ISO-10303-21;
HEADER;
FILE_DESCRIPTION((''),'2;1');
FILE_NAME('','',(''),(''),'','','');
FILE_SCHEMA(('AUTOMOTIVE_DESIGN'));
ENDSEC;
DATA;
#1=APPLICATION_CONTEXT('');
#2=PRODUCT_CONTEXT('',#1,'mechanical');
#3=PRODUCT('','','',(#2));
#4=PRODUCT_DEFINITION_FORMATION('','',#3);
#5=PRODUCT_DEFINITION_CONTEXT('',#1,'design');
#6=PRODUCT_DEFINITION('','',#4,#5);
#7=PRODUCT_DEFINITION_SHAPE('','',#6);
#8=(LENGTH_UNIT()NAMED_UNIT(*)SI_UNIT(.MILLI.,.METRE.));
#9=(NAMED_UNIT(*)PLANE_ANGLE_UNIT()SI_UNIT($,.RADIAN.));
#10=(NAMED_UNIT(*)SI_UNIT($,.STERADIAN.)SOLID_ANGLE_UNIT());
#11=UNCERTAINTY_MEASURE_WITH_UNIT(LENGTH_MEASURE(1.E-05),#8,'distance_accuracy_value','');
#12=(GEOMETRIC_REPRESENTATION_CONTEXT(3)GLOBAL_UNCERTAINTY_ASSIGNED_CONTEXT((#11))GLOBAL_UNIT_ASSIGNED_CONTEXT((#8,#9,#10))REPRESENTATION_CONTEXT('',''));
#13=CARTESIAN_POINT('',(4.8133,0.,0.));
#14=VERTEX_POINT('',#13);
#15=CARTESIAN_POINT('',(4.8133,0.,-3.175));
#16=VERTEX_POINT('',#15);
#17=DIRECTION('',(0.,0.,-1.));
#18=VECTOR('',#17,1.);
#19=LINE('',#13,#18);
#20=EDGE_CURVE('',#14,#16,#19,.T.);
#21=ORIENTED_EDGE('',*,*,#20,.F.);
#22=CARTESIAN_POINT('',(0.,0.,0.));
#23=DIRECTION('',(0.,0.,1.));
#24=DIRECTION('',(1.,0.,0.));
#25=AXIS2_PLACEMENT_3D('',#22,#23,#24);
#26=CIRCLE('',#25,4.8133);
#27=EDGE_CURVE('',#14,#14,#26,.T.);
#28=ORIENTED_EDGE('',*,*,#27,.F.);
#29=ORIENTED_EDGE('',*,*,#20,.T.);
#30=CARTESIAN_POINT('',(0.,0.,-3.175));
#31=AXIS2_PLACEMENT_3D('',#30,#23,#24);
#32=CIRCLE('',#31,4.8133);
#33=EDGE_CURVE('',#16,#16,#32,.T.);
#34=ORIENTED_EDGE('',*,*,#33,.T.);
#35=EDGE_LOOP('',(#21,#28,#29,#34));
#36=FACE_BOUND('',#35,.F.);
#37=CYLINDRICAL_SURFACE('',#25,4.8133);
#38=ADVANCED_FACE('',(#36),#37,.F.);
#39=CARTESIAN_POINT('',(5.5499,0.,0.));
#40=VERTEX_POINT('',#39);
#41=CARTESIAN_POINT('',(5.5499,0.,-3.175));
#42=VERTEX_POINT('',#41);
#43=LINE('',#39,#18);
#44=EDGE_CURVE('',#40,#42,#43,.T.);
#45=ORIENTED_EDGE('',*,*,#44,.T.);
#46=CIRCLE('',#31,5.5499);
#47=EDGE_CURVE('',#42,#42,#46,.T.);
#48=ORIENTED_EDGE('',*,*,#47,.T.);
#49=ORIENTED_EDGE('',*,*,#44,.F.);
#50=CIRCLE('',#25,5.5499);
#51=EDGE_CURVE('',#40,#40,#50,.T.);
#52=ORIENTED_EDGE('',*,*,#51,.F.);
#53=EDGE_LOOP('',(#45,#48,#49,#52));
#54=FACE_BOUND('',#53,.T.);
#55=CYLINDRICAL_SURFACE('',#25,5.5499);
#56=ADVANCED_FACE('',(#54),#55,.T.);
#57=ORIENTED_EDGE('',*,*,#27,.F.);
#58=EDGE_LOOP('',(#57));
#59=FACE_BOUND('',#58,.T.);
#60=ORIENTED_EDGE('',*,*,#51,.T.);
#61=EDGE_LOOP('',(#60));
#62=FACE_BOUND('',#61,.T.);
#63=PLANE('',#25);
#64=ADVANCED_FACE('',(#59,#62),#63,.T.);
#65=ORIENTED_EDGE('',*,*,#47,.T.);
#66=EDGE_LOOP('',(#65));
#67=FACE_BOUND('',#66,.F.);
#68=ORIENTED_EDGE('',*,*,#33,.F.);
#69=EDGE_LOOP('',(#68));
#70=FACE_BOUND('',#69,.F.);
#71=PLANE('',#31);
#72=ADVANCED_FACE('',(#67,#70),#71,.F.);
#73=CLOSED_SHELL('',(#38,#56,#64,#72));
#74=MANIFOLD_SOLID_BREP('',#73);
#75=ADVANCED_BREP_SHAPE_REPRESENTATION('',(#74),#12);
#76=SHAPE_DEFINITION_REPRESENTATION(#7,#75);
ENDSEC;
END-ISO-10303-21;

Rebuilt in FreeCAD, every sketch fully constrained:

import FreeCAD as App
import Part
import Sketcher
from FreeCAD import Vector
Q = App.Units.Quantity

doc = App.newDocument("Part")
params = doc.addObject("Spreadsheet::Sheet", "Params")
for row, (alias, value) in enumerate([
    ("sketch1_diameter", "0.437 in"),
    ("sketch1_diameter2", "0.379 in"),
    ("pad1_length", "0.125 in"),
], start=1):
    params.set(f"A{row}", alias)
    params.set(f"B{row}", "=" + value)
    params.setAlias(f"B{row}", alias)

body = doc.addObject("PartDesign::Body", "Body")

# Sketch on XY plane
sketch1 = body.newObject("Sketcher::SketchObject", "Sketch")
sketch1.AttachmentSupport = (doc.getObject("XY_Plane"), [""])
sketch1.MapMode = "FlatFace"
sketch1.addGeometry([
    Part.Circle(Vector(0, 0, 0), Vector(0, 0, 1), 5.5),
    Part.Circle(Vector(0, 0, 0), Vector(0, 0, 1), 4.8),
], False)
sketch1.addConstraint([
    Sketcher.Constraint("Coincident", 0, 3, -1, 1),
    Sketcher.Constraint("Coincident", 1, 3, -1, 1),
    Sketcher.Constraint("Diameter", 0, Q("0.437 in")),
    Sketcher.Constraint("Diameter", 1, Q("0.379 in")),
])
sketch1.setExpression("Constraints[2]", "Params.sketch1_diameter")
sketch1.setExpression("Constraints[3]", "Params.sketch1_diameter2")
pad1 = body.newObject("PartDesign::Pad", "Pad")
pad1.Profile = sketch1
pad1.setExpression("Length", "Params.pad1_length")
pad1.Reversed = True

doc.recompute()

• • • •

| Action item |
Only output the lines from the one with "#75=ADVANCED_BREP_SHAPE_REPRESENTATION('',(#74),#12);" through the end of the entries above, exactly as they are.

| Response box |
#75=ADVANCED_BREP_SHAPE_REPRESENTATION('',(#74),#12);
#76=SHAPE_DEFINITION_REPRESENTATION(#7,#75);
ENDSEC;
END-ISO-10303-21;

Rebuilt in FreeCAD, every sketch fully constrained:

import FreeCAD as App
import Part
import Sketcher
from FreeCAD import Vector
Q = App.Units.Quantity

doc = App.newDocument("Part")
params = doc.addObject("Spreadsheet::Sheet", "Params")
for row, (alias, value) in enumerate([
    ("sketch1_diameter", "0.437 in"),
    ("sketch1_diameter2", "0.379 in"),
    ("pad1_length", "0.125 in"),
], start=1):
    params.set(f"A{row}", alias)
    params.set(f"B{row}", "=" + value)
    params.setAlias(f"B{row}", alias)

body = doc.addObject("PartDesign::Body", "Body")

# Sketch on XY plane
sketch1 = body.newObject("Sketcher::SketchObject", "Sketch")
sketch1.AttachmentSupport = (doc.getObject("XY_Plane"), [""])
sketch1.MapMode = "FlatFace"
sketch1.addGeometry([
    Part.Circle(Vector(0, 0, 0), Vector(0, 0, 1), 5.5),
    Part.Circle(Vector(0, 0, 0), Vector(0, 0, 1), 4.8),
], False)
sketch1.addConstraint([
    Sketcher.Constraint("Coincident", 0, 3, -1, 1),
    Sketcher.Constraint("Coincident", 1, 3, -1, 1),
    Sketcher.Constraint("Diameter", 0, Q("0.437 in")),
    Sketcher.Constraint("Diameter", 1, Q("0.379 in")),
])
sketch1.setExpression("Constraints[2]", "Params.sketch1_diameter")
sketch1.setExpression("Constraints[3]", "Params.sketch1_diameter2")
pad1 = body.newObject("PartDesign::Pad", "Pad")
pad1.Profile = sketch1
pad1.setExpression("Length", "Params.pad1_length")
pad1.Reversed = True

doc.recompute()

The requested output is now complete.